OEM is basically tied to the motherboard that it is originally installed on, you can't move it to a new system once it's been installed and activated. Retail can be moved, however it can only be installed on one system at a time, of course. If you are going to install the OS to one system, then use that until it's toast, then OEM is fine. If you're the type that upgrades a lot, constantly changing hardware, then get the retail. I've had to reactivate a couple of times in the last couple months, but my hardware changes often.


----------



## nerv11 (Sep 2, 2009)

So I got most of my parts in and I've started putting it all together. I just want someone to double-check my work, so far. I took pictures for easiness.

General shots:
http://i209.photobucket.com/albums/bb76/em_kay11/DSC_0507.jpg
http://i209.photobucket.com/albums/bb76/em_kay11/DSC_0508.jpg
http://i209.photobucket.com/albums/bb76/em_kay11/DSC_0512-1.jpg

Graphic card: The big port is a power port, I need to plug a 6-pin psie connector into it right?
http://i209.photobucket.com/albums/bb76/em_kay11/DSC_0505.jpg
And what is this smaller one for?
http://i209.photobucket.com/albums/bb76/em_kay11/DSC_0506.jpg

The peripheral connector for my case fan get plugged straight into the power connector from the PSU like this right?
http://i209.photobucket.com/albums/bb76/em_kay11/DSC_0509.jpg

EAT12XV: There was an 8-pin connector and a 4-pin connector available from the PSU, though the manual suggested the 8-pin go in, even though there was a little plastic piece blocking half of the receiver.
http://i209.photobucket.com/albums/bb76/em_kay11/DSC_0511-1.jpg

And all the PWR LED, RESET LED etc... switches here.

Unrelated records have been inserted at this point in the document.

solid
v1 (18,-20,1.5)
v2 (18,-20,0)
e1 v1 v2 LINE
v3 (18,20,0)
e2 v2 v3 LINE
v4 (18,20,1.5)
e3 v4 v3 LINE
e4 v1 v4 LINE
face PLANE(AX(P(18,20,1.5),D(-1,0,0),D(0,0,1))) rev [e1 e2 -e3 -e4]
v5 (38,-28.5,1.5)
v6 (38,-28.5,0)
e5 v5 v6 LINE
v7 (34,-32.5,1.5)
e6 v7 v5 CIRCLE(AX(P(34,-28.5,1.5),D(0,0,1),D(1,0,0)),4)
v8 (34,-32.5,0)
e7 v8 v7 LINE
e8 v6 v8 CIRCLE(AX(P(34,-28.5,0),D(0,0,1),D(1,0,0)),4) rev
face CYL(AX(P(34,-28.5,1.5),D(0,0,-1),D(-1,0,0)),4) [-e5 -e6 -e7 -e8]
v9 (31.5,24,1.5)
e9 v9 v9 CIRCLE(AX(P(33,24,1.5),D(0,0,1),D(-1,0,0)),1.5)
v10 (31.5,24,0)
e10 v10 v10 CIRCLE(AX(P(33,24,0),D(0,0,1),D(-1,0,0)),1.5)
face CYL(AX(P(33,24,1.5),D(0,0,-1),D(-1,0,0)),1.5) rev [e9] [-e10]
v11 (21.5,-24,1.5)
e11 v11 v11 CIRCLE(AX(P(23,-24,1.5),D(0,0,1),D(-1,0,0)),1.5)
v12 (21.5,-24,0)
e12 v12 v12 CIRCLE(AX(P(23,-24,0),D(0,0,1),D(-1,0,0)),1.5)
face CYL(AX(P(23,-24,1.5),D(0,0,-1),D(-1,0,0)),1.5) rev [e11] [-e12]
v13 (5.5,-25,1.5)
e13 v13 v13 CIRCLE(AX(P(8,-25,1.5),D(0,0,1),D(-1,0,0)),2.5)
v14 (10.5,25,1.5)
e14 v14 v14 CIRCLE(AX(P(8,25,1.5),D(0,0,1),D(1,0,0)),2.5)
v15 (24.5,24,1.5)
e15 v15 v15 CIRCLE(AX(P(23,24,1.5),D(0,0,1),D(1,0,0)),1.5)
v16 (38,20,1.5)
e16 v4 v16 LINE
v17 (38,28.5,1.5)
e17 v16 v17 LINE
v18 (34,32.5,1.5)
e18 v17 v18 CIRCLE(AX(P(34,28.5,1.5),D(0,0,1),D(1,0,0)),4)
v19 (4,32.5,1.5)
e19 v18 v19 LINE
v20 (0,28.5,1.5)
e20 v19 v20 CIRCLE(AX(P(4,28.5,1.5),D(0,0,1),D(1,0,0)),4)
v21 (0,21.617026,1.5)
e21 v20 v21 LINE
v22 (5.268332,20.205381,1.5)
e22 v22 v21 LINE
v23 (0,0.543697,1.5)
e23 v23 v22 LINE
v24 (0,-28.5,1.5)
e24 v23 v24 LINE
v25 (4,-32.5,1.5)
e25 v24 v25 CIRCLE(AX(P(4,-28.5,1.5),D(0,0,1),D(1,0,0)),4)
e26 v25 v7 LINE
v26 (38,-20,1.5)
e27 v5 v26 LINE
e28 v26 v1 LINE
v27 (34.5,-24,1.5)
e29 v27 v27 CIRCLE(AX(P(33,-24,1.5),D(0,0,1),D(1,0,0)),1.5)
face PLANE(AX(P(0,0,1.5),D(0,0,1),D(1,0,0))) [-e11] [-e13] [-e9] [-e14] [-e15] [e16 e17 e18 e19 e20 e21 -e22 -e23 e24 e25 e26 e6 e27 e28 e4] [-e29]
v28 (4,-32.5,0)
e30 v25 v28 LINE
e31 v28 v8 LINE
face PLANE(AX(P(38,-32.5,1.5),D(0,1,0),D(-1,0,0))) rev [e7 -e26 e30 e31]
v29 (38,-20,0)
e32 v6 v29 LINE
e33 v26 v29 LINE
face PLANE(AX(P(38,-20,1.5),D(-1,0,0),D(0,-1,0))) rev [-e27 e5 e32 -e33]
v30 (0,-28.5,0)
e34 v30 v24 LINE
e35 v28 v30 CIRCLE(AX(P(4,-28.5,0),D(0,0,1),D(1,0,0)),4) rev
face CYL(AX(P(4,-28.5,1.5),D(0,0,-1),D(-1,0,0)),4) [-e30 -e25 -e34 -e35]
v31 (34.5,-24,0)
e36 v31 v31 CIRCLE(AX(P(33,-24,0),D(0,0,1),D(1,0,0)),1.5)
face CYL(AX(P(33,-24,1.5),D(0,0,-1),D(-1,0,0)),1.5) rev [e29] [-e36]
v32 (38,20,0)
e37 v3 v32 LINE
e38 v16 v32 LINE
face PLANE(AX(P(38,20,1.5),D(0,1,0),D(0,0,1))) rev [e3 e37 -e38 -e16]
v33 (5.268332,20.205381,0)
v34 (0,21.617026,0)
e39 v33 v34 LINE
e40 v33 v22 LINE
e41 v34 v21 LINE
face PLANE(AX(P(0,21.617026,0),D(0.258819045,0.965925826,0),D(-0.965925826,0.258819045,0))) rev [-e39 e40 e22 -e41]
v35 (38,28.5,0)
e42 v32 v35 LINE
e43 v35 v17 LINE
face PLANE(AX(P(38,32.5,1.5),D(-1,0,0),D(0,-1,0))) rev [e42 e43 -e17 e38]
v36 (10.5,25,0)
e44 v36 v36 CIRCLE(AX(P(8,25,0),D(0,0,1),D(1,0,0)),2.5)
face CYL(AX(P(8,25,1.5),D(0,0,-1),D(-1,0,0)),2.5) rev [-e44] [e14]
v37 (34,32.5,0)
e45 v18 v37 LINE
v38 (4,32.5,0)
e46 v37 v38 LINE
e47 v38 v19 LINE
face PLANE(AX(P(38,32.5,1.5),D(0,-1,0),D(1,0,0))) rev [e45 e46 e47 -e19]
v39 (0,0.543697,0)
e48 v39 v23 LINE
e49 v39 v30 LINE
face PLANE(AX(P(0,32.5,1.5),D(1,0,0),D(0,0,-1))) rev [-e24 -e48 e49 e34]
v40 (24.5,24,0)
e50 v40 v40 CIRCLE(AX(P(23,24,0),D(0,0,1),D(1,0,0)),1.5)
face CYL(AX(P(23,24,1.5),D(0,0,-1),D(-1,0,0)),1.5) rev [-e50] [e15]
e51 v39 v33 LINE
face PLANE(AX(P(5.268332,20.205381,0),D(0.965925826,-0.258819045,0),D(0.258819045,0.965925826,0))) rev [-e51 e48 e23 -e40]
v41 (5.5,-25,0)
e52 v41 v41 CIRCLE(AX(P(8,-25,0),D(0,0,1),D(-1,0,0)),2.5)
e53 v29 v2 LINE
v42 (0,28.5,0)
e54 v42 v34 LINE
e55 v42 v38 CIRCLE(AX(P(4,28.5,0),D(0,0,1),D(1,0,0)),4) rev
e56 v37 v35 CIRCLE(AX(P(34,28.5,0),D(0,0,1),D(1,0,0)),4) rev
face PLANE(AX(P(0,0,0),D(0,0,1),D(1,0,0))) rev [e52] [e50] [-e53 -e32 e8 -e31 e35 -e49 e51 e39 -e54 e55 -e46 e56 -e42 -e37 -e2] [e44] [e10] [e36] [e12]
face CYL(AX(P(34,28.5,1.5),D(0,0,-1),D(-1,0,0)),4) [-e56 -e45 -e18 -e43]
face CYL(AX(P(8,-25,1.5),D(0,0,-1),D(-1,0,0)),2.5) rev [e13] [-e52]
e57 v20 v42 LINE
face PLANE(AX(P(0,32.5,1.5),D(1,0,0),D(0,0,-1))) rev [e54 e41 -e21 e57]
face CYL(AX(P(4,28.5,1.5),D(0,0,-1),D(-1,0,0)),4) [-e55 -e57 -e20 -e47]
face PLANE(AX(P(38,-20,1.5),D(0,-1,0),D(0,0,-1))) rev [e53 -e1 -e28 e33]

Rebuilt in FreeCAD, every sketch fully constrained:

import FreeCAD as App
import Part
import Sketcher
from FreeCAD import Vector
Q = App.Units.Quantity


def edges_at(feature, points):
    """Names of the edges that pass closest to the given points."""
    edges = feature.Shape.Edges
    near = lambda p: min(range(len(edges)), key=lambda i: edges[i].distToShape(Part.Vertex(*p))[0])
    return sorted({f"Edge{near(p) + 1}" for p in points})


def add_polygon(sketch, points):
    """Adds a closed chain of lines whose ends are joined by coincident constraints."""
    first, n = sketch.GeometryCount, len(points)
    for a, b in zip(points, points[1:] + points[:1]):
        sketch.addGeometry(Part.LineSegment(App.Vector(*a, 0), App.Vector(*b, 0)), False)
    for i in range(n):
        sketch.addConstraint(Sketcher.Constraint("Coincident", first + i, 2, first + (i + 1) % n, 1))

doc = App.newDocument("Part")
body = doc.addObject("PartDesign::Body", "Body")

sketch1 = body.newObject("Sketcher::SketchObject", "Sketch")
sketch1.AttachmentSupport = (doc.getObject("XY_Plane"), [""])
sketch1.MapMode = "FlatFace"
add_polygon(sketch1, [(38, -32.5), (38, -20), (18, -20), (18, 20), (38, 20), (38, 32.5), (0, 32.5), (0, -32.5)])
sketch1.addGeometry(Part.Circle(Vector(33, -24, 0), Vector(0, 0, 1), 1.5), False)
sketch1.addGeometry(Part.Circle(Vector(23, -24, 0), Vector(0, 0, 1), 1.5), False)
sketch1.addGeometry(Part.Circle(Vector(8, -25, 0), Vector(0, 0, 1), 2.5), False)
sketch1.addGeometry(Part.Circle(Vector(33, 24, 0), Vector(0, 0, 1), 1.5), False)
sketch1.addGeometry(Part.Circle(Vector(23, 24, 0), Vector(0, 0, 1), 1.5), False)
sketch1.addGeometry(Part.Circle(Vector(8, 25, 0), Vector(0, 0, 1), 2.5), False)
sketch1.addConstraint([
    Sketcher.Constraint("Vertical", 0),
    Sketcher.Constraint("Horizontal", 1),
    Sketcher.Constraint("Vertical", 2),
    Sketcher.Constraint("Horizontal", 3),
    Sketcher.Constraint("Vertical", 4),
    Sketcher.Constraint("Horizontal", 5),
    Sketcher.Constraint("Vertical", 6),
    Sketcher.Constraint("Horizontal", 7),
    Sketcher.Constraint("Equal", 8, 9),
    Sketcher.Constraint("Equal", 9, 11),
    Sketcher.Constraint("Equal", 11, 12),
    Sketcher.Constraint("Equal", 10, 13),
    Sketcher.Constraint("Symmetric", 5, 2, 6, 2, -1, 1),
    Sketcher.Constraint("Symmetric", 8, 3, 11, 3, -1),
    Sketcher.Constraint("Symmetric", 9, 3, 12, 3, -1),
    Sketcher.Constraint("Symmetric", 10, 3, 13, 3, -1),
    Sketcher.Constraint("Symmetric", 0, 2, 3, 2, -1),
    Sketcher.Constraint("Horizontal", 8, 3, 9, 3),
    Sketcher.Constraint("Diameter", 8, Q("3 mm")),
    Sketcher.Constraint("Diameter", 10, Q("5 mm")),
    Sketcher.Constraint("DistanceX", 1, 2, 1, 1, Q("20 mm")),
    Sketcher.Constraint("DistanceX", 5, 2, 5, 1, Q("38 mm")),
    Sketcher.Constraint("DistanceY", 2, 1, 2, 2, Q("40 mm")),
    Sketcher.Constraint("DistanceY", 6, 2, 6, 1, Q("65 mm")),
    Sketcher.Constraint("DistanceX", -1, 1, 8, 3, Q("33 mm")),
    Sketcher.Constraint("DistanceY", 8, 3, -1, 1, Q("24 mm")),
    Sketcher.Constraint("DistanceX", -1, 1, 9, 3, Q("23 mm")),
    Sketcher.Constraint("DistanceX", -1, 1, 10, 3, Q("8 mm")),
    Sketcher.Constraint("DistanceY", 10, 3, -1, 1, Q("25 mm")),
])
pad1 = body.newObject("PartDesign::Pad", "Pad")
pad1.Profile = sketch1
pad1.Length = 1.5
doc.recompute()

fillet = body.newObject("PartDesign::Fillet", "Fillet")
fillet.Base = (pad1, edges_at(pad1, [
    (38, -32.5, 0.75),
    (0, -32.5, 0.75),
    (0, 32.5, 0.75),
    (38, 32.5, 0.75),
]))
fillet.Radius = 4

sketch2 = body.newObject("Sketcher::SketchObject", "Sketch001")
sketch2.AttachmentSupport = (doc.getObject("XY_Plane"), [""])
sketch2.MapMode = "FlatFace"
sketch2.AttachmentOffset = App.Placement(Vector(0, 0, 1.5), App.Rotation())
add_polygon(sketch2, [(5, 20), (0, 22), (0, 1)])
sketch2.addConstraint([
    Sketcher.Constraint("Vertical", 1),
    Sketcher.Constraint("PointOnObject", 0, 2, -2),
    Sketcher.Constraint("Perpendicular", 0, 2),
    Sketcher.Constraint("Angle", 0, Q("165 deg")),
    Sketcher.Constraint("DistanceY", 1, 2, 1, 1, Q("21.073329 mm")),
    Sketcher.Constraint("DistanceY", -1, 1, 2, 2, Q("20.205381 mm")),
])
pocket1 = body.newObject("PartDesign::Pocket", "Pocket")
pocket1.Profile = sketch2
pocket1.Type = "ThroughAll"

doc.recompute()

Probably hard to see, but they should be fine.
http://i209.photobucket.com/albums/bb76/em_kay11/DSC_0510-1.jpg


Review of this would be much appreciated thanks!


----------



## grimx133 (Jan 15, 2008)

On your graphics card, yes the big one needs the 6 pin pci-e connector from the power supply. Couldn't see the small one, but it isn't power. If it's two pins, it's an s/pdif audio passthrough to send audio over hdmi cable, using the dvi - hdmi adapter.

Fans can be either plugged into the 4 pin molex that you have pictured, or connected to the motherboard's fan headers with the small 3 pin, if they have it. That way the motherboard controls the fan speed, plugged directly the fan will run at 100% speed, unless you have some sort of fan controller.

Use the eight pin for the cpu power, as long as you have the connector and socket, might as well. There is often a cover for half, leaving just four exposed. Many cpu's will run on the four, but again, eight is fine.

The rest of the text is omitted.